Stored data
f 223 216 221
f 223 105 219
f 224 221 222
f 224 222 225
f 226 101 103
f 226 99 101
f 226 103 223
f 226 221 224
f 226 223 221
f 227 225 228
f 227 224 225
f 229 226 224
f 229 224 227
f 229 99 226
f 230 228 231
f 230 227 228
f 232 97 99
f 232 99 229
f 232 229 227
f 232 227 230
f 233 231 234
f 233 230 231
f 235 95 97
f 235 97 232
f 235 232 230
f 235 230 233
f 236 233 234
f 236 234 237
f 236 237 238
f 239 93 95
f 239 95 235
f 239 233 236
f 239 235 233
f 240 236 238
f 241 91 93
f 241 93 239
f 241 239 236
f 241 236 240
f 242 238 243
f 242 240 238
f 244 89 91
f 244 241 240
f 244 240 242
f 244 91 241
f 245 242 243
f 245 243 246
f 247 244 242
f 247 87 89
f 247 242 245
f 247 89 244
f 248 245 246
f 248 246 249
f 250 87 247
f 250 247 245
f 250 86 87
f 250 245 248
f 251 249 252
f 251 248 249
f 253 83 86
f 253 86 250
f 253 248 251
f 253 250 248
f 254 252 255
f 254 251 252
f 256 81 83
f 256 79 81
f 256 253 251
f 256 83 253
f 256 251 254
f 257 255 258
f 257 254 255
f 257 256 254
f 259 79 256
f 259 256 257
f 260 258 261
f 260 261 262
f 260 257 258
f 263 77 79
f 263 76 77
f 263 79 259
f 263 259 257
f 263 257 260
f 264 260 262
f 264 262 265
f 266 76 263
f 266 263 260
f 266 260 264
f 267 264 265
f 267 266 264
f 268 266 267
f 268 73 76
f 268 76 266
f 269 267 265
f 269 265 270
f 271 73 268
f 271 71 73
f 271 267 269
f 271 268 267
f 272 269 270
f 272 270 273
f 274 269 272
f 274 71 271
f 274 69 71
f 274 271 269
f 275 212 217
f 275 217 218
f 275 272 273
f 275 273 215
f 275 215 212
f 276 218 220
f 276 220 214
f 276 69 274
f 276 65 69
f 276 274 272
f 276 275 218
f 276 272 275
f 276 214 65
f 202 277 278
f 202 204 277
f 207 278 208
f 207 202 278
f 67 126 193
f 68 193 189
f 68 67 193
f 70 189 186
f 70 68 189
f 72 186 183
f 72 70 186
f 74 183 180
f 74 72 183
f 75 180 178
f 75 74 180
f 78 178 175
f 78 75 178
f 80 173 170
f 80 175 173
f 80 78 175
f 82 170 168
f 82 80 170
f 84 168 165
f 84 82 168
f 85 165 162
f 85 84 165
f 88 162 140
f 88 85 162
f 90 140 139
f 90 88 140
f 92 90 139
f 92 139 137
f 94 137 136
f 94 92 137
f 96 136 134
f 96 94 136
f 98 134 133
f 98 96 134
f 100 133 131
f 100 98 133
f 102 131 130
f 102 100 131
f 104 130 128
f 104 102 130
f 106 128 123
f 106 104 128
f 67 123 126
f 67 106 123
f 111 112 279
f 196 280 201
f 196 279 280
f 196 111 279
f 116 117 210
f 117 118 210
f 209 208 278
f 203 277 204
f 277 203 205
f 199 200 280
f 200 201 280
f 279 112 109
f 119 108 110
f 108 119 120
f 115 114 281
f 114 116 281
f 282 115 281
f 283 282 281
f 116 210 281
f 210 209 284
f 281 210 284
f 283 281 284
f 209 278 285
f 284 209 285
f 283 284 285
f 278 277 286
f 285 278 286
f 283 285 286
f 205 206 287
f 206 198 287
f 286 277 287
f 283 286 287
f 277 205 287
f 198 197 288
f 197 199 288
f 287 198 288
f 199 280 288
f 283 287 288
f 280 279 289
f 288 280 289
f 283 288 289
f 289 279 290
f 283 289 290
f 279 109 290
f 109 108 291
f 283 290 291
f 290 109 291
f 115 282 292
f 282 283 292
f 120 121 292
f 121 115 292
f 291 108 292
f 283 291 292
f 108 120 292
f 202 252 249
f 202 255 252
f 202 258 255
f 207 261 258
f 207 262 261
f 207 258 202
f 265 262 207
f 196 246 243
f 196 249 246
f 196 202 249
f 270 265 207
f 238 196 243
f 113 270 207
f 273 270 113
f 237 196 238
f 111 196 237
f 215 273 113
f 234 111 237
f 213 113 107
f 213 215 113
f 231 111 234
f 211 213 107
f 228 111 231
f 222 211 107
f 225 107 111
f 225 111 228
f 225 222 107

* * *

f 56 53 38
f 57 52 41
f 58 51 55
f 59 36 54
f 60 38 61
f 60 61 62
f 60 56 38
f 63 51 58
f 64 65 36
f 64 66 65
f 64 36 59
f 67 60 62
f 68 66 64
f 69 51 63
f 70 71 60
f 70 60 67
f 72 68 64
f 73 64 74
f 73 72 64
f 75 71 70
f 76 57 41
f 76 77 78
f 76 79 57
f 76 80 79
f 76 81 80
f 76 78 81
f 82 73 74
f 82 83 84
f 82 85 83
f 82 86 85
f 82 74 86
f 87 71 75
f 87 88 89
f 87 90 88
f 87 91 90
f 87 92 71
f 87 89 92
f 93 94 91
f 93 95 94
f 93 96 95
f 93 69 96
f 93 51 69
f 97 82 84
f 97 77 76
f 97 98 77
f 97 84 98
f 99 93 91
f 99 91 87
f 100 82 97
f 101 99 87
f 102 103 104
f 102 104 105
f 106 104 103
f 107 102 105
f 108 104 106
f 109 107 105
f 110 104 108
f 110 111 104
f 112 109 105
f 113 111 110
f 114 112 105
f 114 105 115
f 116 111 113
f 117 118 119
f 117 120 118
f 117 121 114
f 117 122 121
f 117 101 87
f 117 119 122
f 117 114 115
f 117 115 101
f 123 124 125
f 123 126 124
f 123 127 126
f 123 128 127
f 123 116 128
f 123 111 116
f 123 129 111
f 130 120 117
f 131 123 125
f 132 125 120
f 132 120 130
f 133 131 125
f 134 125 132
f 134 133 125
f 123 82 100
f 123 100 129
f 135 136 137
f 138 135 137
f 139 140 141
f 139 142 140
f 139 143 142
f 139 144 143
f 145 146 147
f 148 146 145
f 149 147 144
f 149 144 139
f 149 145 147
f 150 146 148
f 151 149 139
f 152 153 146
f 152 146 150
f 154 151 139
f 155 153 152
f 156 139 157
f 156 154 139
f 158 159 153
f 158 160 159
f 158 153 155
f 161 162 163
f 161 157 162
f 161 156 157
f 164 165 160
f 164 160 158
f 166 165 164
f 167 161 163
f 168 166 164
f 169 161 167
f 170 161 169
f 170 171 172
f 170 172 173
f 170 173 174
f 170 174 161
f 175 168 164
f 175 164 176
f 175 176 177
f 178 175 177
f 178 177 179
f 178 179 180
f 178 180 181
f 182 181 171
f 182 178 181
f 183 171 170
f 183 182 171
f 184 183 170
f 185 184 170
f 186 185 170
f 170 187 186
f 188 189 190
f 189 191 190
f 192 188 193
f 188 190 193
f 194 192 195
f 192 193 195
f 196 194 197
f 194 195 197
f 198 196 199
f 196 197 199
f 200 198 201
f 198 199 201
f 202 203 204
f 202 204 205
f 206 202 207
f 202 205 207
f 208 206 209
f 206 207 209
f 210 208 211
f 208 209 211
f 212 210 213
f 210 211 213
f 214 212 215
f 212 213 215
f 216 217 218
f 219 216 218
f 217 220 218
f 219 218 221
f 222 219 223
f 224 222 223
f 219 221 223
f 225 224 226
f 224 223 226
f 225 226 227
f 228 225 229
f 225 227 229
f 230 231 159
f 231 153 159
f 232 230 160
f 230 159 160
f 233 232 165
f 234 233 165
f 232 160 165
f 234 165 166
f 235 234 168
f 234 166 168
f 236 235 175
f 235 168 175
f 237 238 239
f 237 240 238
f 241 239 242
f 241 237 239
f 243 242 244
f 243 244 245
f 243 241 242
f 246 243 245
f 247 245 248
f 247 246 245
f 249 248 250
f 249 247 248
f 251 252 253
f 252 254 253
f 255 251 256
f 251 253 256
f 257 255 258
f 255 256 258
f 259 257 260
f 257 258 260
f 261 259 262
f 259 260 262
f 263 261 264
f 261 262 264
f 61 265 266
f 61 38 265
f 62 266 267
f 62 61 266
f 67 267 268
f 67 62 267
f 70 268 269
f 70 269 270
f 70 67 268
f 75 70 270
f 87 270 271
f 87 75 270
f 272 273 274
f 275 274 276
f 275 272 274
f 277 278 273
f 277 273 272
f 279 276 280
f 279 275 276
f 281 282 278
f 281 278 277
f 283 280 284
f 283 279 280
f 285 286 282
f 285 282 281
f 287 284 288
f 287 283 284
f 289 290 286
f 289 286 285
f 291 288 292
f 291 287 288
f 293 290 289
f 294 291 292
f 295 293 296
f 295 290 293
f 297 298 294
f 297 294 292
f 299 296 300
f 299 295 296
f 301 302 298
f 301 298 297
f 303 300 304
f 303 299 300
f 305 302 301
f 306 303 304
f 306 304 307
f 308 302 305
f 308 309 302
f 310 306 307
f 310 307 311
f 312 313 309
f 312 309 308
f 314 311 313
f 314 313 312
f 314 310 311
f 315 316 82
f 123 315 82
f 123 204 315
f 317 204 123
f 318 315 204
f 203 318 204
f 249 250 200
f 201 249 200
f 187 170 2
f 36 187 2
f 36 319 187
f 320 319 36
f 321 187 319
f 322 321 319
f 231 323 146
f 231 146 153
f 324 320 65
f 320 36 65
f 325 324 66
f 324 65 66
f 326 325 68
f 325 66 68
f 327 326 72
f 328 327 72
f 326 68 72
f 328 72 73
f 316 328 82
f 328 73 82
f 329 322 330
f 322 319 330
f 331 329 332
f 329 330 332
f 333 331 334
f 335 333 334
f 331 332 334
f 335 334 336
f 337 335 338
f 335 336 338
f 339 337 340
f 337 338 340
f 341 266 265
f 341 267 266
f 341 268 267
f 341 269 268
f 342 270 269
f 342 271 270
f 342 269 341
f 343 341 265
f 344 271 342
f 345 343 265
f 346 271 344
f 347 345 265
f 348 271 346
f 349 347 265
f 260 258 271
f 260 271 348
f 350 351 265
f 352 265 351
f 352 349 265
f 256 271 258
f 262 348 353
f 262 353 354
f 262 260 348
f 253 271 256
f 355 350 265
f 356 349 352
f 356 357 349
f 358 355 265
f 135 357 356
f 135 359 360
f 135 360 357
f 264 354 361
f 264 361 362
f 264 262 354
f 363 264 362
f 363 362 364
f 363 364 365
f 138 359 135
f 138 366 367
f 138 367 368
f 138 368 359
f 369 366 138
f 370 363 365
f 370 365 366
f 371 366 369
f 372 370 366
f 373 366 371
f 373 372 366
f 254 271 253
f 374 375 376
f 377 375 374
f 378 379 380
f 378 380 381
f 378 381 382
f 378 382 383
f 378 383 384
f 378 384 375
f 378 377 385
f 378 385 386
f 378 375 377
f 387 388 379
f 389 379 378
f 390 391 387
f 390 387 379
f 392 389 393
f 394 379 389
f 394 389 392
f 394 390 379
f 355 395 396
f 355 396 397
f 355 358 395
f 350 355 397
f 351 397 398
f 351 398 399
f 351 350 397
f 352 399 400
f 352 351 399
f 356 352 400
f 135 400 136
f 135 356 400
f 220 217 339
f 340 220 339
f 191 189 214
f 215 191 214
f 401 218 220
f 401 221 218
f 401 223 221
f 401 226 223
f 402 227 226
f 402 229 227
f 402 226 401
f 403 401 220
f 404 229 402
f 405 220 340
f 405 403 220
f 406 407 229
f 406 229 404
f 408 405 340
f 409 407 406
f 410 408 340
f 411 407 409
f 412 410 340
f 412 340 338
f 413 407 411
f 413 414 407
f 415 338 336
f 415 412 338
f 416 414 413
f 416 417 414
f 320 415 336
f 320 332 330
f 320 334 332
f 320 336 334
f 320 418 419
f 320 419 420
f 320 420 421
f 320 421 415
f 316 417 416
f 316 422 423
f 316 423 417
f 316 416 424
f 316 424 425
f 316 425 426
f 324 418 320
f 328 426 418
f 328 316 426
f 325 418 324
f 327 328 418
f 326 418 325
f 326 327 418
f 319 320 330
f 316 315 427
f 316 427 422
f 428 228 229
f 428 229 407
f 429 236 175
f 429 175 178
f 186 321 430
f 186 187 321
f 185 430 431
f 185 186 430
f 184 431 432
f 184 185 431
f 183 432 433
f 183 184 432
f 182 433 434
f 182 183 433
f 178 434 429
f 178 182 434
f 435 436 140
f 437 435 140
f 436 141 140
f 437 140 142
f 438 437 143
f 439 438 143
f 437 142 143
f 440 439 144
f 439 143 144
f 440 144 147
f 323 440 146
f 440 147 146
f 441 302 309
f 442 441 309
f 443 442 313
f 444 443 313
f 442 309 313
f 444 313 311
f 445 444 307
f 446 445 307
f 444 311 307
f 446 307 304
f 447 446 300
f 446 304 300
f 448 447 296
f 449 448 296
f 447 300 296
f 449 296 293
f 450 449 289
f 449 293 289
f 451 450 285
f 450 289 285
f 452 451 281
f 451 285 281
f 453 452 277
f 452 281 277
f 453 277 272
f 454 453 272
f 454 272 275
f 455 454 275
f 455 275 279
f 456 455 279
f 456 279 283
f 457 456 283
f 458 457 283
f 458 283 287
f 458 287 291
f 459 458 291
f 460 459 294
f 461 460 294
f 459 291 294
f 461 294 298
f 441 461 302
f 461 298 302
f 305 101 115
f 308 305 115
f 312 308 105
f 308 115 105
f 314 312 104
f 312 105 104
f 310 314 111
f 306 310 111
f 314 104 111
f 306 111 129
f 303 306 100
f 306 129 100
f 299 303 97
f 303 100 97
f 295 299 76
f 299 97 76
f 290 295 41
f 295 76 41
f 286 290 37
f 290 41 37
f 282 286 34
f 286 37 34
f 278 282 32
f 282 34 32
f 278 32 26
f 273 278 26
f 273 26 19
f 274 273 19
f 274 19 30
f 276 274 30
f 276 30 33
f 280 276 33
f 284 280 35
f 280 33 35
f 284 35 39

Work required
Reproduce the lines above, beginning at the line with "f 451 450 285" and stopping after the line with "f 458 287 291", exactly as they are.

Response to the exercise
f 451 450 285
f 450 289 285
f 452 451 281
f 451 285 281
f 453 452 277
f 452 281 277
f 453 277 272
f 454 453 272
f 454 272 275
f 455 454 275
f 455 275 279
f 456 455 279
f 456 279 283
f 457 456 283
f 458 457 283
f 458 283 287
f 458 287 291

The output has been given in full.